TXU is an investor-owned utility (IOU), a privately-owned company which operates to make a profit for its investors.

GEUS is a municipally-owned utility (MOU) which operates on the funds raised by the consumers it serves, namely the residents and businesses in Greenville. GEUS is a non-profit entity and whatever funds it takes in beyond its budget it returns to those consumers.

GEUS and the City of Greenville officials, along with representatives from other MOUs in Texas, worked alongside State Sen. David Cain and others to add provisions to the electric deregulation legislation which would help protect the smaller utilities once deregulation began.

The fear was that the smaller utilities would be unable to compete against the larger companies, such a TXU, on a direct head to head bases and would face the danger of going under.
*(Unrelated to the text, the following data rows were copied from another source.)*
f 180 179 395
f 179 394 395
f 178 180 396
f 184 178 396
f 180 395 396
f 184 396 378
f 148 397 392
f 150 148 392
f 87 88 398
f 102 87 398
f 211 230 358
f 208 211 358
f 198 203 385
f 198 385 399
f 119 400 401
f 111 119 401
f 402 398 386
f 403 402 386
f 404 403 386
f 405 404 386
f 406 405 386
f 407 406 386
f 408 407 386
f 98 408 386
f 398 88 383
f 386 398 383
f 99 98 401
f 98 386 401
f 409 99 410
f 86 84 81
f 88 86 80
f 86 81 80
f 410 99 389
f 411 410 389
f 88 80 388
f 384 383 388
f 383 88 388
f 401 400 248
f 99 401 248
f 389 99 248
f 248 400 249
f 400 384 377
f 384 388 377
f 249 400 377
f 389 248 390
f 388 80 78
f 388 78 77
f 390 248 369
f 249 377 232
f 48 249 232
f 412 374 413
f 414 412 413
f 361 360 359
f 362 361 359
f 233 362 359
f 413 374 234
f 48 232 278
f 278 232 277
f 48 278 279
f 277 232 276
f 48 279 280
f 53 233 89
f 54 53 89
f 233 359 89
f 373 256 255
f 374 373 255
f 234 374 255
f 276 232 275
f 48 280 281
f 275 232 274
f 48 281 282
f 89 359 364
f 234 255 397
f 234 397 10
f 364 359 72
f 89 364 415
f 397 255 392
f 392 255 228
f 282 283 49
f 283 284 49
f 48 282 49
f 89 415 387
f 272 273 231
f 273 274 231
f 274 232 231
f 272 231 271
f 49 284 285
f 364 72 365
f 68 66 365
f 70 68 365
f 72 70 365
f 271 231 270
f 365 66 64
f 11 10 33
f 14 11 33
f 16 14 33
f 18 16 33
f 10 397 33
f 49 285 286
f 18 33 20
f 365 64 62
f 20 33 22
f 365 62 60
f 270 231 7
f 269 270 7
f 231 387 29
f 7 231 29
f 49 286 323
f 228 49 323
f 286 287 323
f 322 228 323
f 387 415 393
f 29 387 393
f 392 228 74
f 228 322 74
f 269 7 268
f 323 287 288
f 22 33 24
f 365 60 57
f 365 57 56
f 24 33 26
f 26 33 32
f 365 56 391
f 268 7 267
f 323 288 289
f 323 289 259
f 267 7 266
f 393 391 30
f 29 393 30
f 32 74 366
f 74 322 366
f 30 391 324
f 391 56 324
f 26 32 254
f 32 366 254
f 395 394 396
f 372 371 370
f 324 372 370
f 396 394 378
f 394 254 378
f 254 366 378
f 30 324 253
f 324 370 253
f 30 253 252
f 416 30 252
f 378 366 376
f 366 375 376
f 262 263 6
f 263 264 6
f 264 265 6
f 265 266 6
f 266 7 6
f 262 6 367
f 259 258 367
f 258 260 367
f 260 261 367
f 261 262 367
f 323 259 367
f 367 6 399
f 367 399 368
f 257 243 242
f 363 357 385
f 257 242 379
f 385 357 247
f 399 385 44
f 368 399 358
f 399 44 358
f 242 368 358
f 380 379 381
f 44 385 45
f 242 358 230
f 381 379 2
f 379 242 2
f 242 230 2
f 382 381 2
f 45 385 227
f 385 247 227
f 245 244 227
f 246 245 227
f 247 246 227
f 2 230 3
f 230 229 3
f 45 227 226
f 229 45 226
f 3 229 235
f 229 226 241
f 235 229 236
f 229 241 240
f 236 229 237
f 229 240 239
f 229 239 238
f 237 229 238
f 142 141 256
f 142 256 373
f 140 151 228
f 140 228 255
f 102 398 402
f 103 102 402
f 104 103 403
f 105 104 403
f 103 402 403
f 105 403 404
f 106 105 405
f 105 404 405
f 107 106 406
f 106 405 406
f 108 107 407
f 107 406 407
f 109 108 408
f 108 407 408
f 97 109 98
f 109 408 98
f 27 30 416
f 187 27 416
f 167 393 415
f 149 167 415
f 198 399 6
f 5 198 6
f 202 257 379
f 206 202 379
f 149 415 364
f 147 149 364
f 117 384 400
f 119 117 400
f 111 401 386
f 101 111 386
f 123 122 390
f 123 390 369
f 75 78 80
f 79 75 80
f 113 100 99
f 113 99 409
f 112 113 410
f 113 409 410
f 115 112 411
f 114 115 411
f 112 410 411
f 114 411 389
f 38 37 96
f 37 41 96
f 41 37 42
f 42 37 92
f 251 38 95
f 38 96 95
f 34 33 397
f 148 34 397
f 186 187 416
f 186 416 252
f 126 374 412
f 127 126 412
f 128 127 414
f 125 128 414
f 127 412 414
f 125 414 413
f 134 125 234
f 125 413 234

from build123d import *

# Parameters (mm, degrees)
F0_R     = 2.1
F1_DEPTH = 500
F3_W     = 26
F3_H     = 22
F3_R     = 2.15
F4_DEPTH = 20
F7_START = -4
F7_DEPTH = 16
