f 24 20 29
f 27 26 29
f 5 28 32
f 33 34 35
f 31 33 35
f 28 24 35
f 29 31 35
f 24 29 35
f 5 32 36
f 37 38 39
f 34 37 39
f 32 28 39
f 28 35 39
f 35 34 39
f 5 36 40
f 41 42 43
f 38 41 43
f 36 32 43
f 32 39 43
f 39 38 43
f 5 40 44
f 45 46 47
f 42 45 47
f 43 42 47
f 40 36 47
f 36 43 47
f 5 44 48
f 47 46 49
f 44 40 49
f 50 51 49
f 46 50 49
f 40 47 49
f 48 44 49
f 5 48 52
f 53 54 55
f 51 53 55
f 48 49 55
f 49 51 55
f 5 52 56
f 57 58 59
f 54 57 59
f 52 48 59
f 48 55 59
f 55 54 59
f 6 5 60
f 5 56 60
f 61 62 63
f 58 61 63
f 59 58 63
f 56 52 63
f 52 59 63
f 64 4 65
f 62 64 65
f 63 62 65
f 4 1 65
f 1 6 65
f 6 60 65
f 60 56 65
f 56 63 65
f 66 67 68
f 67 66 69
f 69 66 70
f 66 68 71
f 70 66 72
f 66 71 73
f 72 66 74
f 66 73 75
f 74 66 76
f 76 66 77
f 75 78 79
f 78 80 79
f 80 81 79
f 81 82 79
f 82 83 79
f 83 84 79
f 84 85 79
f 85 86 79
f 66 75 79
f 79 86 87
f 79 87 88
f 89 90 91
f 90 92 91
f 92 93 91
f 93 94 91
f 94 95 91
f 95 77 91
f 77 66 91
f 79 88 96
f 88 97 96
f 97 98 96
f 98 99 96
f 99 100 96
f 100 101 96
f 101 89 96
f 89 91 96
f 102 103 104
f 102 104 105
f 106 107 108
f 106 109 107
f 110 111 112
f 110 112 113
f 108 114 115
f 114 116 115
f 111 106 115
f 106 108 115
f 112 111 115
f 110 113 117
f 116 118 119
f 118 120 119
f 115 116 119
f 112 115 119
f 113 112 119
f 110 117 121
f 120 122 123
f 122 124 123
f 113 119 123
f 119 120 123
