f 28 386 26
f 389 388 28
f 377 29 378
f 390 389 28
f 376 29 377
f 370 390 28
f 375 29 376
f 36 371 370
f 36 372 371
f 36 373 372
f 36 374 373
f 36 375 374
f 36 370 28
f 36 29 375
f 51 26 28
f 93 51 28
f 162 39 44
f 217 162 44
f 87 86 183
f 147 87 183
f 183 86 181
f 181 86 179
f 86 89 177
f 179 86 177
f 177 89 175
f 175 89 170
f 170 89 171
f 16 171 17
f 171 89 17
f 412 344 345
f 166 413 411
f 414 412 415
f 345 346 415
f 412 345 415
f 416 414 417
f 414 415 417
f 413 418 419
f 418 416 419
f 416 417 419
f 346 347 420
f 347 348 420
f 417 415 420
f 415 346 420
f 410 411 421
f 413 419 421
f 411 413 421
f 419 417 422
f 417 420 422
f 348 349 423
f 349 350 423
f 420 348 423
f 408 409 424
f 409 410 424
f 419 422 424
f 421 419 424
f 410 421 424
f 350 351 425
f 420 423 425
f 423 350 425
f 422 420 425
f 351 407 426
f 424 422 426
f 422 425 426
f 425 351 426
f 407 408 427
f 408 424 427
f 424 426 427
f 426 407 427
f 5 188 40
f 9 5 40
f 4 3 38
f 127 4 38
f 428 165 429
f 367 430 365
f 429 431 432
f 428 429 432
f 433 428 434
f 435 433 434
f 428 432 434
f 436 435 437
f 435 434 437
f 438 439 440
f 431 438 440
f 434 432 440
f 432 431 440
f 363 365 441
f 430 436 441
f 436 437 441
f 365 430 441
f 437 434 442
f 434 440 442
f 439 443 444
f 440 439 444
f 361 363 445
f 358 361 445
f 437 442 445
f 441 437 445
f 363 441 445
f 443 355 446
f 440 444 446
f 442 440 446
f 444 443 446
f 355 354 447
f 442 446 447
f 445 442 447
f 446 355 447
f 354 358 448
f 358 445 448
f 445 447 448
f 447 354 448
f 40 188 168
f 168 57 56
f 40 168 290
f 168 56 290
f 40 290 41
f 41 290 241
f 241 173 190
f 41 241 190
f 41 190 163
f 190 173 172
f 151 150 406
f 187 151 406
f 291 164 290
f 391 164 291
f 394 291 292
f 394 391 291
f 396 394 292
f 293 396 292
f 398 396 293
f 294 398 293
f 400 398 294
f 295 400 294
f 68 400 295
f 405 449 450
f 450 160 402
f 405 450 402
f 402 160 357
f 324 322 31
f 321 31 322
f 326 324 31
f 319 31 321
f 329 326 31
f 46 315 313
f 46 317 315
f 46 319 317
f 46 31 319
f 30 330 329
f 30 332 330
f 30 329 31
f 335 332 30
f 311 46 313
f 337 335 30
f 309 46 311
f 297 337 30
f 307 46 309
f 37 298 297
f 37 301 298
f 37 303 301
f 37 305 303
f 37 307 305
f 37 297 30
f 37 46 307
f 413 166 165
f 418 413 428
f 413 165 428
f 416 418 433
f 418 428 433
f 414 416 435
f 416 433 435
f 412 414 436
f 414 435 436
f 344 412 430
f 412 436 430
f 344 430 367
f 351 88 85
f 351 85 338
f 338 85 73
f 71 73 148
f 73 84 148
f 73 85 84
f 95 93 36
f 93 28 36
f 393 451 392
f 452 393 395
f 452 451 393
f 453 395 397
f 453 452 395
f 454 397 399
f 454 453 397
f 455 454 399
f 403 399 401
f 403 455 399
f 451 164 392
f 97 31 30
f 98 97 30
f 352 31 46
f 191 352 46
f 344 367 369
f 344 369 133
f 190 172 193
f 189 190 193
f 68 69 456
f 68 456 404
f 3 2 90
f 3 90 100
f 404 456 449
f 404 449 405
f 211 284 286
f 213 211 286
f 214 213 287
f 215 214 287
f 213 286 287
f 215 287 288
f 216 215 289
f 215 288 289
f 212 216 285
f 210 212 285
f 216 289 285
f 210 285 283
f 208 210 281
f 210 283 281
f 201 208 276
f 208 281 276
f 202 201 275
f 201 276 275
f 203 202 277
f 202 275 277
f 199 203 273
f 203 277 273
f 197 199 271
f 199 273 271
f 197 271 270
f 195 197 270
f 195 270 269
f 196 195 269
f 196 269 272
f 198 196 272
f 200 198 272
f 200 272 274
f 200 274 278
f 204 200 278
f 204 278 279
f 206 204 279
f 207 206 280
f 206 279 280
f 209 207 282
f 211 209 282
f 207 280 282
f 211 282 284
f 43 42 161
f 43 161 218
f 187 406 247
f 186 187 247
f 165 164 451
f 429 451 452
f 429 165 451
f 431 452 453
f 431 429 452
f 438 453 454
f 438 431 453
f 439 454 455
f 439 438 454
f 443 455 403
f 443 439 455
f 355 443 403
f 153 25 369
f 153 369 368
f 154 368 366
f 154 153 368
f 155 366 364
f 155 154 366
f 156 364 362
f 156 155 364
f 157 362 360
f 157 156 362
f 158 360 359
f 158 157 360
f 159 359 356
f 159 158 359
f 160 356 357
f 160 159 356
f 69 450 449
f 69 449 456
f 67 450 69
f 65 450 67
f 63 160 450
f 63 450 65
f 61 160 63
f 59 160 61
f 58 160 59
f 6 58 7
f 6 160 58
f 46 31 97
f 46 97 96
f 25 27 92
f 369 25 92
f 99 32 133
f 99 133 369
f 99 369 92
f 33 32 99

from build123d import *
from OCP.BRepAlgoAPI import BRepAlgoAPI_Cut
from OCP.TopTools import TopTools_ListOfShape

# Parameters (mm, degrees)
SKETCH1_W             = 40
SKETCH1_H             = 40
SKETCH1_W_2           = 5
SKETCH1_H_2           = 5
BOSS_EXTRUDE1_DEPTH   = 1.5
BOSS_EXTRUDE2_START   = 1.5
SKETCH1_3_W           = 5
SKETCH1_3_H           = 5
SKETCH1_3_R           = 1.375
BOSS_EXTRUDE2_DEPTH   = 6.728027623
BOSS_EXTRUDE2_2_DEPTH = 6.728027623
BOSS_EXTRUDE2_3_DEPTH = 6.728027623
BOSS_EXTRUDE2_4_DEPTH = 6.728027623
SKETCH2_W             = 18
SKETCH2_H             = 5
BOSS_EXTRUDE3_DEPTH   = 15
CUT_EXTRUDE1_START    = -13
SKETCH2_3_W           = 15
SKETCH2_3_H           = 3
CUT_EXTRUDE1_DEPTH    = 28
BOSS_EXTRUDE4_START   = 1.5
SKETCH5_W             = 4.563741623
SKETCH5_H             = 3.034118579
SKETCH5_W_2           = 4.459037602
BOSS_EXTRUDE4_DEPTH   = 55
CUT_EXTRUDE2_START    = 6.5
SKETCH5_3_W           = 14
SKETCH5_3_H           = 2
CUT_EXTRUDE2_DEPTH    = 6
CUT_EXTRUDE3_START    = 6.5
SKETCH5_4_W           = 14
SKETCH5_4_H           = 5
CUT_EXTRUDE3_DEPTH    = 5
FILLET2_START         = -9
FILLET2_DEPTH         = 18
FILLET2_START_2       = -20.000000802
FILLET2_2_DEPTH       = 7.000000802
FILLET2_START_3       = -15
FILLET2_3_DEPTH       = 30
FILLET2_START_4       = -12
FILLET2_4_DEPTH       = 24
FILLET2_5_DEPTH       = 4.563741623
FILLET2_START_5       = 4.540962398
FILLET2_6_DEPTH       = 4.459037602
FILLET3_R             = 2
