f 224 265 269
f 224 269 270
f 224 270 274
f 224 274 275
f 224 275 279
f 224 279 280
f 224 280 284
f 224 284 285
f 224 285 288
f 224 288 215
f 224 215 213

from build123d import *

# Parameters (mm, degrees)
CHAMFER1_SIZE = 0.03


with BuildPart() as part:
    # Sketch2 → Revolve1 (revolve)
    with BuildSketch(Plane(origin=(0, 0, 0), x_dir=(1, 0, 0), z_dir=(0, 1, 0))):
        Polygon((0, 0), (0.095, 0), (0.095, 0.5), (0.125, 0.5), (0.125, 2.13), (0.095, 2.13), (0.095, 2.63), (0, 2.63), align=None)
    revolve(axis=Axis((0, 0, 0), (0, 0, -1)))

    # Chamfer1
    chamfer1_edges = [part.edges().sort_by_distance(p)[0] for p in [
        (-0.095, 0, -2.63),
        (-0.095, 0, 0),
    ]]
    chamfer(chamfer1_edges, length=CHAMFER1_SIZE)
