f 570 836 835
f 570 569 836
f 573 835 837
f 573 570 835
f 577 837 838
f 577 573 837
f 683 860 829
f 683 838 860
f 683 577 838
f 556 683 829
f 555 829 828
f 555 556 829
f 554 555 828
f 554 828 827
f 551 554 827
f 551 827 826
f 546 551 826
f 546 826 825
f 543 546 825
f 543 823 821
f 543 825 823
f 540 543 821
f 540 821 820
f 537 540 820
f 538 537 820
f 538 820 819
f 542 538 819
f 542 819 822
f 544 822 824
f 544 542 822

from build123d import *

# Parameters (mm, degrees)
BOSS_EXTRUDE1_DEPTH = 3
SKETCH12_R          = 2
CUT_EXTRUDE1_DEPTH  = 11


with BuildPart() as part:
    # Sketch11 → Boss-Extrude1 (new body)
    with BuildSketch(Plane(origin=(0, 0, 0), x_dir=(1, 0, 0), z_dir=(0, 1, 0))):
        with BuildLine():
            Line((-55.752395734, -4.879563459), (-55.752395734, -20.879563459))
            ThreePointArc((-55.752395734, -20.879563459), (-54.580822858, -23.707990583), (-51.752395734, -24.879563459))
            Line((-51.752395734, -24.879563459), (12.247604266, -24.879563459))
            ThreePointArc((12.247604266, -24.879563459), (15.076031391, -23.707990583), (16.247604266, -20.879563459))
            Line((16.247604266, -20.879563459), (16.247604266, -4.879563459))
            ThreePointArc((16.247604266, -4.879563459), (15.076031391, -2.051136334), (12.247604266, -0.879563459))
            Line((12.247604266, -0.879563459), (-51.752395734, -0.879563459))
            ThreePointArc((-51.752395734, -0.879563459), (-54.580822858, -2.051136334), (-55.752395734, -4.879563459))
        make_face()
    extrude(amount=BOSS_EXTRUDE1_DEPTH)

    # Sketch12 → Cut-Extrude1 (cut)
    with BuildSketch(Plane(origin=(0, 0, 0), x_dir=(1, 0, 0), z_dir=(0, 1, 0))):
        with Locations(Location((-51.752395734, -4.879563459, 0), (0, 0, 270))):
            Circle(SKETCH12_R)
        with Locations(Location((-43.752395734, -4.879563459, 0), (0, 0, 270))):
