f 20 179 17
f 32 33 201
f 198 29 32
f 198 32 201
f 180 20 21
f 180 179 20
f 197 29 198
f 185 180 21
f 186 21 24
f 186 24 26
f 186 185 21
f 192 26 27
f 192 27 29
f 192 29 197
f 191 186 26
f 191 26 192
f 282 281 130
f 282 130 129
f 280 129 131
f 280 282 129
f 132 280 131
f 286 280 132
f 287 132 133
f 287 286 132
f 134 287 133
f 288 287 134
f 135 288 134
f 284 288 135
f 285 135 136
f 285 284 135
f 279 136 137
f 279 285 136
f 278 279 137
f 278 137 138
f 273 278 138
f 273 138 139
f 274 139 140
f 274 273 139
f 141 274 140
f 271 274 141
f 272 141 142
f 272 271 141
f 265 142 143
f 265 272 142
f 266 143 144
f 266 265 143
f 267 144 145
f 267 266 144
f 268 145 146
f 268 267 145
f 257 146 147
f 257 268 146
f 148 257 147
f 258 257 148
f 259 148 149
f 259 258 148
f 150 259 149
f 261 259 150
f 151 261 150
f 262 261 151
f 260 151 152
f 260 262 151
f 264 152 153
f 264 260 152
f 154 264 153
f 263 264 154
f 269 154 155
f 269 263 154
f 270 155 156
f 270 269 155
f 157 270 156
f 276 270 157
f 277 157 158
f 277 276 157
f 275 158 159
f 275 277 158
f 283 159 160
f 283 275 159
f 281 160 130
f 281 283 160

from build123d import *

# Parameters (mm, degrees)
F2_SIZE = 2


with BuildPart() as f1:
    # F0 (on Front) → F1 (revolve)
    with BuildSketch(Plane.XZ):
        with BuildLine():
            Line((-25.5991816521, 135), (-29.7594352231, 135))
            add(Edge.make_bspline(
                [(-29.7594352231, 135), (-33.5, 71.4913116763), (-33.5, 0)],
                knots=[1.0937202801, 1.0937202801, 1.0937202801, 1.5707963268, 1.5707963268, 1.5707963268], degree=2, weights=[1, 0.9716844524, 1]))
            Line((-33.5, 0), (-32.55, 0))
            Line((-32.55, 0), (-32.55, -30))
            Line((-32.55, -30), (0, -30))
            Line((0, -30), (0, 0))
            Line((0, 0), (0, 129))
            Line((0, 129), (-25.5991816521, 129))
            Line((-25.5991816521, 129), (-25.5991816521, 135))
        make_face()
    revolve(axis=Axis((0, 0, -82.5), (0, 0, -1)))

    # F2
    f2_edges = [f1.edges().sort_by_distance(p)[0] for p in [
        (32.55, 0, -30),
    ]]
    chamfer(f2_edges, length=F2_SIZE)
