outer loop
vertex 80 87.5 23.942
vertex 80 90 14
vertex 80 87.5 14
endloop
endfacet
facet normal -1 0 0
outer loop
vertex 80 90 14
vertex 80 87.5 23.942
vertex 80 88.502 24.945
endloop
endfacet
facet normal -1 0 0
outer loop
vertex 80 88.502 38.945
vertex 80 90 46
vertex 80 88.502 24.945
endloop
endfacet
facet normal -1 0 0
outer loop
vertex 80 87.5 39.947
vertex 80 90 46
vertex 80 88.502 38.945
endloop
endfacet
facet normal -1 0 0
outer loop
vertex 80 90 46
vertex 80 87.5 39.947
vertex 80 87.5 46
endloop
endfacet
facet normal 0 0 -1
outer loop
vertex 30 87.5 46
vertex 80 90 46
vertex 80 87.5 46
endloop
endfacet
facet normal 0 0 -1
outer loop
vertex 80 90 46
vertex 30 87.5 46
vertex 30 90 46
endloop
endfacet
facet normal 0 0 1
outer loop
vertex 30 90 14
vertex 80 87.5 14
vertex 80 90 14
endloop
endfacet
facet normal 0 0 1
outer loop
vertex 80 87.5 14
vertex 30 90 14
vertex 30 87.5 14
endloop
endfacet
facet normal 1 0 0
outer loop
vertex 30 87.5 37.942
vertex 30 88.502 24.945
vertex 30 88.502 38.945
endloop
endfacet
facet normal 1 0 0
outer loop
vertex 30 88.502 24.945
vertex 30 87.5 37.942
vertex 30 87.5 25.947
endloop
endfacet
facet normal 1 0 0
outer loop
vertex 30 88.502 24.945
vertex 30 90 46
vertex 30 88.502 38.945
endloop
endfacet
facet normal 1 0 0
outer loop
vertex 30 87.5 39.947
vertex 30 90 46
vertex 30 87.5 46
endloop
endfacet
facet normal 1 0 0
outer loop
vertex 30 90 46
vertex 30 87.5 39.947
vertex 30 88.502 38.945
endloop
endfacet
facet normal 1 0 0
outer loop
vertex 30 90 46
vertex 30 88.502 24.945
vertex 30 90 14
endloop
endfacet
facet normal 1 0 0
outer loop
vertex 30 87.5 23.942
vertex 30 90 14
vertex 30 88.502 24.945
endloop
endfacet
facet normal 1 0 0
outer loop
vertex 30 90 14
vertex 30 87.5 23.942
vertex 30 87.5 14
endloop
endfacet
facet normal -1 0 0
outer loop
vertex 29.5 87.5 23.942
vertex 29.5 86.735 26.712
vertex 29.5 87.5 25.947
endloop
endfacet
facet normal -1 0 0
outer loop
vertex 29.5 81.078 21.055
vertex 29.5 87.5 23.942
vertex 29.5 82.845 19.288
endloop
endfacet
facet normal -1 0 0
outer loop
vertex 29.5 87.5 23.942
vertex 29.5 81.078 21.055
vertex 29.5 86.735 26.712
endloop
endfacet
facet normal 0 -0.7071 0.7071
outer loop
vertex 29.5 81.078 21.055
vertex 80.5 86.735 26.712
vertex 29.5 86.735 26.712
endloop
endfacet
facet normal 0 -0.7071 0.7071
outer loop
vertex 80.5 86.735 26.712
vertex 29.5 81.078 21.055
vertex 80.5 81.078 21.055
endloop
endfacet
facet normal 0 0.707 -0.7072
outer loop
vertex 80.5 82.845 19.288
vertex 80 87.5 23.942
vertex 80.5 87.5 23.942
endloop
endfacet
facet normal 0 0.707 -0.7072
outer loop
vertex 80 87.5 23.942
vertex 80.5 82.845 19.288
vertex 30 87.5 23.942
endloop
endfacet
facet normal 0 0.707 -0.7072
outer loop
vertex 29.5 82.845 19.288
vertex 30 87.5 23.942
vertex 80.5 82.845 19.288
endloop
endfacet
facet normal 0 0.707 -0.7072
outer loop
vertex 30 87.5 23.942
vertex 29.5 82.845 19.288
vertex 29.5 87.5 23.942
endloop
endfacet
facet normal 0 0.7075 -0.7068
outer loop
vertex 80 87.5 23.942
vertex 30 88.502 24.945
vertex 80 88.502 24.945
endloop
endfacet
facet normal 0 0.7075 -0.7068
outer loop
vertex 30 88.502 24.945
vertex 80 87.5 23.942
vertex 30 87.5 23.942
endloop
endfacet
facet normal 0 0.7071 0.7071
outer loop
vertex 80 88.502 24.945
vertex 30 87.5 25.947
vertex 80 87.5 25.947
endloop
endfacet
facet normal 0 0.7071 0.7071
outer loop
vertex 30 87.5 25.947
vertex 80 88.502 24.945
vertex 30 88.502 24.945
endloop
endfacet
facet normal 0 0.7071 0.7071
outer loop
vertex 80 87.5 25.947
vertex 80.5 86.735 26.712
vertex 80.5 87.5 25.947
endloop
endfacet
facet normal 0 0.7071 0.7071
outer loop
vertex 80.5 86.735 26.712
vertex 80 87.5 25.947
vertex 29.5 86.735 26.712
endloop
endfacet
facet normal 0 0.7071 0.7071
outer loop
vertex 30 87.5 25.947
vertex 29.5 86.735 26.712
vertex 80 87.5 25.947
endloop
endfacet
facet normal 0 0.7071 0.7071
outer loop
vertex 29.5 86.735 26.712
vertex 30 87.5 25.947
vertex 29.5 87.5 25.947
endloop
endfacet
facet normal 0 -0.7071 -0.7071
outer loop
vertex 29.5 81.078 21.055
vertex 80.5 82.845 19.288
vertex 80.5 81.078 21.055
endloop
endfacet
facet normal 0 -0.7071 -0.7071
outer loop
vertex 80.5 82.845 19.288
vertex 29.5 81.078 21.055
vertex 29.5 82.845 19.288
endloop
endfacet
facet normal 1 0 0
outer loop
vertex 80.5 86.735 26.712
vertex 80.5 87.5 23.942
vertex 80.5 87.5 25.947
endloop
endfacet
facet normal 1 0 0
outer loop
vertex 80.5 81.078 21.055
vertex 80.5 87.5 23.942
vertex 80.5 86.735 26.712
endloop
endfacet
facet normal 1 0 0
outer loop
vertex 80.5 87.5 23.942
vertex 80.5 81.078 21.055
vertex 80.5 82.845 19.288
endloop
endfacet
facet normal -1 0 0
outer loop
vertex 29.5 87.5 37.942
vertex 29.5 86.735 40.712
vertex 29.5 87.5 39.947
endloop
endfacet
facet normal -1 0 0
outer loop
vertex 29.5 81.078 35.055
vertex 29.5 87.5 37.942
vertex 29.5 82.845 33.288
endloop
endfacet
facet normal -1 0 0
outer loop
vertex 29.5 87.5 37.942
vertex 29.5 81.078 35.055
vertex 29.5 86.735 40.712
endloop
Those utilities such as GEUS, who had invested heavily in power generating plants like Gibbons Creek or other improvements, would default on millions of dollars in outstanding debt, which inevitably would be passed on the consumers.

Among the most important conditions in the legislation was the stipulation which grants GEUS and other MOUs the opportunity to either "opt in" or "opt out" of deregulation, thereby possibly avoiding a direct showdown.

As of now, GEUS has not made a decision to either opt in or opt out once deregulation begins. Darte said that choice will ultimately be left up to the utility's consumers.

BUT DARTE FORESEES difficulties for utilities across the state, regardless of whether they join in with electric deregulation.

The Energy Reliability Council of Texas (ERCOT) is what is known as the state's Independent System Operator, which regulates the entire power grid which feeds all of the homes and businesses across Texas. Darte was a member of the ERCOT board of trustees until his term expired last month.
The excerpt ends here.